Secretary of State Antony Blinken told Chinese top diplomat Wang Yi in a "confrontational" meeting in Munich that the spy balloon was "unacceptable," but "there was no apology."

Secretary of State Antony Blinken held a meeting with his Chinese counterpart Saturday night in Germany, warning that the flight of a Chinese surveillance balloon across the United States "must never happen again."

The New York Times reported that American officials described the nature of the meeting as "confrontational."

In a statement from the State Department on the meeting with PRC State Councilor and Director of the CCP Central Foreign Affairs Office Wang Yi, spokesman Ned Price said Blinken "directly spoke to the unacceptable violation of U.S. sovereignty and international law by the PRC high-altitude surveillance balloon in U.S. territorial airspace, underscoring that this irresponsible act must never again occur."

Blinken, meeting with Wang on the margins of the Munich Security Conference on Saturday, "made clear the United States will not stand for any violation of our sovereignty, and that the PRC’s high altitude surveillance balloon program — which has intruded into the air space of over 40 countries across 5 continents —has been exposed to the world," Price wrote. 


The US Secretary of State also "warned about the implications and consequences if China provides material support to Russia or assistance with systemic sanctions evasion," Price wrote. 

Blinken condemned the ICBM test by the DPRK "as the latest destabilizing act carried out by Pyongyang and emphasized the need for responsible powers to respond to such significant international challenges."

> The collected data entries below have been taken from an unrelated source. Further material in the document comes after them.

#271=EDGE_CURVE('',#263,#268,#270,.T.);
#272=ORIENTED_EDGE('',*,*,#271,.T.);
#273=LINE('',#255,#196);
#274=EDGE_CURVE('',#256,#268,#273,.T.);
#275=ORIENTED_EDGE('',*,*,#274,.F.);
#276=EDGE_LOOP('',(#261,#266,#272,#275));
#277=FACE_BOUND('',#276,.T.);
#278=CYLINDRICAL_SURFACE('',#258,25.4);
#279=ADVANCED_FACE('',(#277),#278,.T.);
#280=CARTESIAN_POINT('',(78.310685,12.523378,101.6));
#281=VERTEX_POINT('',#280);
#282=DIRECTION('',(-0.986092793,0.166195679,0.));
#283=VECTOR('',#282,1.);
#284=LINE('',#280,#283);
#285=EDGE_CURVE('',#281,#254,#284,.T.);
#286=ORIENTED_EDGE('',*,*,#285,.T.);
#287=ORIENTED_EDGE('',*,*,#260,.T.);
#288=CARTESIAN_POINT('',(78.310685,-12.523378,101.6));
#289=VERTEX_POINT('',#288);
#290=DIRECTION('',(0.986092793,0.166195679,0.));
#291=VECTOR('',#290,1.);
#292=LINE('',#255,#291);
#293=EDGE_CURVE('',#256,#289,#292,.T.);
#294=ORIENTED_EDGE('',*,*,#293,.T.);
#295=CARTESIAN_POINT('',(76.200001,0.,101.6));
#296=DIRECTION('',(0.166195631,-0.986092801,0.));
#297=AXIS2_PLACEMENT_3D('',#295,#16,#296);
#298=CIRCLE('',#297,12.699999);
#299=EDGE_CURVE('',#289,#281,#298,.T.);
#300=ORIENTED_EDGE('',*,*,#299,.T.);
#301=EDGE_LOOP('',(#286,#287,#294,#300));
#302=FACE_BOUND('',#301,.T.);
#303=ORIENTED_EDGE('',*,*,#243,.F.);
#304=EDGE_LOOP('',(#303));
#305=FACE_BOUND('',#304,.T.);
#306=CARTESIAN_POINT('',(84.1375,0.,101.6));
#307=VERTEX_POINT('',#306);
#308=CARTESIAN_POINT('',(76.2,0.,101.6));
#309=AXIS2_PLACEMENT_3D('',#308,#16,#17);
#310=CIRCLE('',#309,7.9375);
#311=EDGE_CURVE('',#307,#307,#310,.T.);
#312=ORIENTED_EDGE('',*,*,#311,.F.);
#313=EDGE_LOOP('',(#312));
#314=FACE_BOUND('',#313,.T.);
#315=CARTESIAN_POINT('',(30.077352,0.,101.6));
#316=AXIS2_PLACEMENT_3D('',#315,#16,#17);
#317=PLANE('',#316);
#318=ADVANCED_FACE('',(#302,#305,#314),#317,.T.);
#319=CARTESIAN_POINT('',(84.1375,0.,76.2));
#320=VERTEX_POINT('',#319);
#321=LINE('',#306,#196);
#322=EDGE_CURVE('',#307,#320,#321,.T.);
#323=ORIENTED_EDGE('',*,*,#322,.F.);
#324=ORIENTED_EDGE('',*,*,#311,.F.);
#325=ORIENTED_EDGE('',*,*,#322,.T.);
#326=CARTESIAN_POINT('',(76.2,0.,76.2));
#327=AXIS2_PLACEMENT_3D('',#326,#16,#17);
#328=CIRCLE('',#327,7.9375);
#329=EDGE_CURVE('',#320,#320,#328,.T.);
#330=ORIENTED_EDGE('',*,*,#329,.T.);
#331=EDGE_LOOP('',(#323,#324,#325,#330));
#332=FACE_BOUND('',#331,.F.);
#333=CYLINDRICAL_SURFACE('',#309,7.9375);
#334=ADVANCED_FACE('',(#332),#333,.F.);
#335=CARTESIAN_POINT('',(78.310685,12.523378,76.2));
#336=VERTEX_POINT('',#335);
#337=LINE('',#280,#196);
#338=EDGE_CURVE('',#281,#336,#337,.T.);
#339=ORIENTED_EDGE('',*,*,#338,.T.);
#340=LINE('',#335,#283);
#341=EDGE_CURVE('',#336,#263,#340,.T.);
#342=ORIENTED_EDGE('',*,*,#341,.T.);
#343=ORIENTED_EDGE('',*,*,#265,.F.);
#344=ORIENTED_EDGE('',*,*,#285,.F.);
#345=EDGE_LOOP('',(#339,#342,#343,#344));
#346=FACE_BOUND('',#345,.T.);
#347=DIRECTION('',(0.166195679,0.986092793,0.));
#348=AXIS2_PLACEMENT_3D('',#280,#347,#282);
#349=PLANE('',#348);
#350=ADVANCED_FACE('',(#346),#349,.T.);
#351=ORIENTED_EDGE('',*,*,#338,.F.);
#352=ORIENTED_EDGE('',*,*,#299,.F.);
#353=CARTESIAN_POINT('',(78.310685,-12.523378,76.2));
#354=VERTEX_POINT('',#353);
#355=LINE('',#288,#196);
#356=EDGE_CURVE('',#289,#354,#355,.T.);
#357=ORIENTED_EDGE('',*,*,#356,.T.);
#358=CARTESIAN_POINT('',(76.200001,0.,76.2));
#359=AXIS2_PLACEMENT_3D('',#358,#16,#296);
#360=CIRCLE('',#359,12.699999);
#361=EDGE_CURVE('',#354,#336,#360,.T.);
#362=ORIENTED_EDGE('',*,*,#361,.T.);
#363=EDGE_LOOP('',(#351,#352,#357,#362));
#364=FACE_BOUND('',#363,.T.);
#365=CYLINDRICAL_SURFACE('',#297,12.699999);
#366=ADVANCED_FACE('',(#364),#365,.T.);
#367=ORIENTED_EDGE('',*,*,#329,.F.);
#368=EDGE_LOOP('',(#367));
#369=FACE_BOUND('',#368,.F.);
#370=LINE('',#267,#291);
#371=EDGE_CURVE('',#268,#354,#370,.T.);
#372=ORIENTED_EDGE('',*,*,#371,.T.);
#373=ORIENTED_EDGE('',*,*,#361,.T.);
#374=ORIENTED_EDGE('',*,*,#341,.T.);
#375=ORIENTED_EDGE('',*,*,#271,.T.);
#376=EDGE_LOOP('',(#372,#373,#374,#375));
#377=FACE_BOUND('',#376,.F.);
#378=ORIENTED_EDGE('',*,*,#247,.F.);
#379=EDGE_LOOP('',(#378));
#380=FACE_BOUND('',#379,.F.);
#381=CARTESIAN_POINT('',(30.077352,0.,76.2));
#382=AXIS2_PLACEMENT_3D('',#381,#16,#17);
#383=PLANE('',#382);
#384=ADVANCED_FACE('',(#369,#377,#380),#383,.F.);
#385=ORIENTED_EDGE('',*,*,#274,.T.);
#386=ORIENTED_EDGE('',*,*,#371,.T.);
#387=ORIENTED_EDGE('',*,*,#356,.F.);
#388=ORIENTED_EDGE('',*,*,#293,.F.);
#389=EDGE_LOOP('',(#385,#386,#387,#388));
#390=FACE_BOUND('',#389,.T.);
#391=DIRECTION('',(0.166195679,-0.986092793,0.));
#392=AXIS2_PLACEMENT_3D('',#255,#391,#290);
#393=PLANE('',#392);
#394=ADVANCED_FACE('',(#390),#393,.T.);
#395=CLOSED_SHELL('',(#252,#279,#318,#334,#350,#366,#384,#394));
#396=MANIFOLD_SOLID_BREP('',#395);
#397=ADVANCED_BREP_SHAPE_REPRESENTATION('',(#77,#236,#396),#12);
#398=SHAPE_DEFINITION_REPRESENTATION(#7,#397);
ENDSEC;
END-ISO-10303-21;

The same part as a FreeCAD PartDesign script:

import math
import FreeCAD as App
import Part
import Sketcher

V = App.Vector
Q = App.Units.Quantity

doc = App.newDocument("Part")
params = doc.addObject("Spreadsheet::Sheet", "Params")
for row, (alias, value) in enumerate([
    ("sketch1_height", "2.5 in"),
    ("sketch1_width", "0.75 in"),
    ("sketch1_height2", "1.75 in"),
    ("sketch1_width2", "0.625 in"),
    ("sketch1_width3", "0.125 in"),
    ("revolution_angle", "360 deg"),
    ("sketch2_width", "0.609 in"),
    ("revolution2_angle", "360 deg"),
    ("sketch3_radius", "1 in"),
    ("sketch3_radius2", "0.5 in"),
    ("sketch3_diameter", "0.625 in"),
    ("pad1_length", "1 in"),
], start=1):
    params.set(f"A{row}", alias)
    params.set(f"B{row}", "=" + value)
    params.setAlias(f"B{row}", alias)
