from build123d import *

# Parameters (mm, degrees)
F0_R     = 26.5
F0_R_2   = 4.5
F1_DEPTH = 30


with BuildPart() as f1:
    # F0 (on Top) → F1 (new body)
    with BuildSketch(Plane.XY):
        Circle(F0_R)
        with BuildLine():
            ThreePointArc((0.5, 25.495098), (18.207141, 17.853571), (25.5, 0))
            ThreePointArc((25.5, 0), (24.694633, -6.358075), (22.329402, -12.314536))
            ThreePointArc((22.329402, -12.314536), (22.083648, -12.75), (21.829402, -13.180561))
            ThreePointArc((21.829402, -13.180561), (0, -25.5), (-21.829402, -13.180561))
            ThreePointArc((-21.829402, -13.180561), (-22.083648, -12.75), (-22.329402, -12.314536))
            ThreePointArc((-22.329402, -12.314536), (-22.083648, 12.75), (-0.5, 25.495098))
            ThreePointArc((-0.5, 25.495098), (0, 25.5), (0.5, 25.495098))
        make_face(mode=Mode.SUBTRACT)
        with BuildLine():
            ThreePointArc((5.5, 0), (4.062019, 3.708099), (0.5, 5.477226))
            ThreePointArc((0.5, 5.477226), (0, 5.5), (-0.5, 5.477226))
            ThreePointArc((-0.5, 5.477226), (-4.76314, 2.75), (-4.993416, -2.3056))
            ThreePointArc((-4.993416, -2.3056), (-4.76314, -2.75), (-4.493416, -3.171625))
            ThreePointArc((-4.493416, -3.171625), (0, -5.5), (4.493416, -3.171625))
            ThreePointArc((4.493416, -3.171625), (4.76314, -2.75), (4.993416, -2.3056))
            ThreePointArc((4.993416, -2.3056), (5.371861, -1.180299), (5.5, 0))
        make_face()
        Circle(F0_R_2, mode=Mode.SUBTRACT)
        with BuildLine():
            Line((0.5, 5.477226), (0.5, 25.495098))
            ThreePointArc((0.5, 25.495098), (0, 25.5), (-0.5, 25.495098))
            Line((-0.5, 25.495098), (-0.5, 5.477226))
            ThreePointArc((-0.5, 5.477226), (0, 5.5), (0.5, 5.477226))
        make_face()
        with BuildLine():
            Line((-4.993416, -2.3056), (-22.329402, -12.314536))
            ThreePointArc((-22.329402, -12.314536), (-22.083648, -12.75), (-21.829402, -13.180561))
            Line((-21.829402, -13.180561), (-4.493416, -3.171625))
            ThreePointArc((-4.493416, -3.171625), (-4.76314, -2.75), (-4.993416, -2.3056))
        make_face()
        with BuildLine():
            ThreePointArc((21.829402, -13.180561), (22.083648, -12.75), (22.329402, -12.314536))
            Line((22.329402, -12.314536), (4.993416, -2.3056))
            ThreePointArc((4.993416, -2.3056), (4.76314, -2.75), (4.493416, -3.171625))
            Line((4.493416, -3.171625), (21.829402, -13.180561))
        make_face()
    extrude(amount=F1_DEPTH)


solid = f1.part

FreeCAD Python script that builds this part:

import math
import FreeCAD as App
import Part
import Sketcher
from FreeCAD import Vector
Q = App.Units.Quantity

doc = App.newDocument("Part")
body = doc.addObject("PartDesign::Body", "Body")

# Sketch on XY plane
sketch1 = doc.addObject("Sketcher::SketchObject", "Sketch")
body.addObject(sketch1)
sketch1.AttachmentSupport = (doc.XY_Plane, [""])
sketch1.MapMode = "FlatFace"
sketch1.addGeometry([
    Part.Circle(Vector(0, 0, 0), Vector(0, 0, 1), 26.5),  # 0
    Part.ArcOfCircle(Part.Circle(Vector(0, 0, 0), Vector(0, 0, 1), 25.5), math.radians(91.123519), math.radians(208.876482)),  # 1
    Part.LineSegment(Vector(-0.5, 25.495098, 0), Vector(-0.5, 5.477226, 0)),  # 2
    Part.ArcOfCircle(Part.Circle(Vector(0, 0.000001, 0), Vector(0, 0, 1), 5.5), math.radians(95.215906), math.radians(204.784102)),  # 3
    Part.LineSegment(Vector(-4.993416, -2.3056, 0), Vector(-22.329402, -12.314536, 0)),  # 4
    Part.ArcOfCircle(Part.Circle(Vector(0, -0.000002, 0), Vector(0, 0, 1), 5.499998), math.radians(-144.784106), math.radians(-35.215894)),  # 5
    Part.LineSegment(Vector(4.493416, -3.171625, 0), Vector(21.829402, -13.180561, 0)),  # 6
    Part.ArcOfCircle(Part.Circle(Vector(0, -0.000001, 0), Vector(0, 0, 1), 25.499999), math.radians(-148.876484), math.radians(-31.123516)),  # 7
    Part.LineSegment(Vector(-21.829402, -13.180561, 0), Vector(-4.493416, -3.171625, 0)),  # 8
    Part.ArcOfCircle(Part.Circle(Vector(-0.000004, 0.000002, 0), Vector(0, 0, 1), 5.500004), math.radians(-24.784095), math.radians(-0.00002)),  # 9
    Part.ArcOfCircle(Part.Circle(Vector(-0.000002, -0.000001, 0), Vector(0, 0, 1), 5.500002), math.radians(0.000012), math.radians(84.784075)),  # 10
    Part.LineSegment(Vector(0.5, 5.477226, 0), Vector(0.5, 25.495098, 0)),  # 11
    Part.ArcOfCircle(Part.Circle(Vector(-0.000002, -0.000001, 0), Vector(0, 0, 1), 25.500002), math.radians(0.000003), math.radians(88.876478)),  # 12
    Part.ArcOfCircle(Part.Circle(Vector(0.000013, -0.000003, 0), Vector(0, 0, 1), 25.499987), math.radians(-28.87649), math.radians(0.000007)),  # 13
    Part.LineSegment(Vector(22.329402, -12.314536, 0), Vector(4.993416, -2.3056, 0)),  # 14
    Part.Circle(Vector(0, 0, 0), Vector(0, 0, 1), 4.5),  # 15
], False)
sketch1.addConstraint([
    Sketcher.Constraint("Coincident", 1, 1, 2, 1),
    Sketcher.Constraint("Coincident", 2, 2, 3, 1),
    Sketcher.Constraint("Coincident", 3, 2, 4, 1),
    Sketcher.Constraint("Coincident", 4, 2, 1, 2),
    Sketcher.Constraint("Coincident", 5, 2, 6, 1),
    Sketcher.Constraint("Coincident", 6, 2, 7, 2),
    Sketcher.Constraint("Coincident", 7, 1, 8, 1),
    Sketcher.Constraint("Coincident", 8, 2, 5, 1),
    Sketcher.Constraint("Tangent", 9, 2, 10, 1),
    Sketcher.Constraint("Coincident", 10, 2, 11, 1),
    Sketcher.Constraint("Coincident", 11, 2, 12, 2),
    Sketcher.Constraint("Tangent", 12, 1, 13, 2),
    Sketcher.Constraint("Coincident", 13, 1, 14, 1),
    Sketcher.Constraint("Coincident", 14, 2, 9, 1),
    Sketcher.Constraint("Vertical", 2),
    Sketcher.Constraint("Vertical", 11),
    Sketcher.Constraint("Coincident", 0, 3, -1, 1),
    Sketcher.Constraint("Coincident", 1, 3, -1, 1),
    Sketcher.Constraint("Coincident", 3, 3, -1, 1),
    Sketcher.Constraint("Coincident", 5, 3, -1, 1),
    Sketcher.Constraint("Coincident", 7, 3, -1, 1),
    Sketcher.Constraint("Coincident", 9, 3, -1, 1),
    Sketcher.Constraint("Coincident", 12, 3, -1, 1),
    Sketcher.Constraint("Coincident", 15, 3, -1, 1),
    Sketcher.Constraint("Equal", 3, 5),
    Sketcher.Constraint("Equal", 1, 7),
    Sketcher.Constraint("Equal", 9, 10),
    Sketcher.Constraint("Equal", 1, 12),
    Sketcher.Constraint("Symmetric", 2, 2, 10, 2, -2),
    Sketcher.Constraint("Symmetric", 4, 2, 13, 1, -2),
    Sketcher.Constraint("PointOnObject", 9, 2, -1),
    Sketcher.Constraint("PointOnObject", 12, 1, -1),
    Sketcher.Constraint("Parallel", 4, 8),
    Sketcher.Constraint("Parallel", 6, 14),
    Sketcher.Constraint("Horizontal", 6, 2, 7, 1),
    Sketcher.Constraint("Horizontal", 5, 2, 8, 2),
    Sketcher.Constraint("Equal", 4, 6),
    Sketcher.Constraint("Diameter", 0, Q("53 mm")),
    Sketcher.Constraint("Diameter", 15, Q("9 mm")),
    Sketcher.Constraint("Radius", 1, Q("25.5 mm")),
    Sketcher.Constraint("Radius", 3, Q("5.5 mm")),
    Sketcher.Constraint("Angle", 4, Q("-150 deg")),
    Sketcher.Constraint("DistanceX", 2, 2, 10, 2, Q("1 mm")),
    Sketcher.Constraint("DistanceX", 4, 2, 7, 1, Q("0.5 mm")),
])
pad1 = doc.addObject("PartDesign::Pad", "Pad")
body.addObject(pad1)
pad1.Profile = sketch1
pad1.Length = 30

doc.recompute()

He also "reaffirmed there had been no change to the longstanding U.S. One China policy, and he underscored the importance of maintaining peace and stability across the Taiwan Strait." 

Blinken "reiterated President Biden’s statements that the United States will compete and will unapologetically stand up for our values and interests, but that we do not want conflict with the PRC and are not looking for a new Cold War," Price added. "The Secretary underscored the importance of maintaining diplomatic dialogue and open lines of communication at all times." 

Price’s statement did not describe how Wang responded, but according to the Times, a summary from Chinese state-run media said it was up to the United States to "solve the damage caused by the indiscriminate use of force" when the U.S. military show down the surveillance balloon off the coast of South Carolina.

The meeting resumed diplomatic contact between Washington and Beijing for the first time since the controversy. Blinked had canceled a planned trip to China as the suspected Chinese spycraft detected over Montana drifted across the continental U.S.

In an interview with NBC’s "Meet the Press" aired Saturday, Blinken said he spoke "very clearly and very directly about the fact that China sent a surveillance balloon over our territory, violating our sovereignty, violating international law." He added, however, that Wang offered "no apology" for the incident. 

Speaking on the second day of the annual Munich Security Conference, Wang ridiculed the United States’ response to the spycraft, saying "To have dispatched an advanced fighter jet to shoot down a balloon with a missile, such behavior is unbelievable, almost hysterical." 

"There are so many balloons all over the world, and various countries have them, so is the United States going to shoot all of them down?," he added. "We ask the U.S. to show its sincerity and correct its mistakes, face up and resolve this incident, which has damaged Sino-U.S. relations."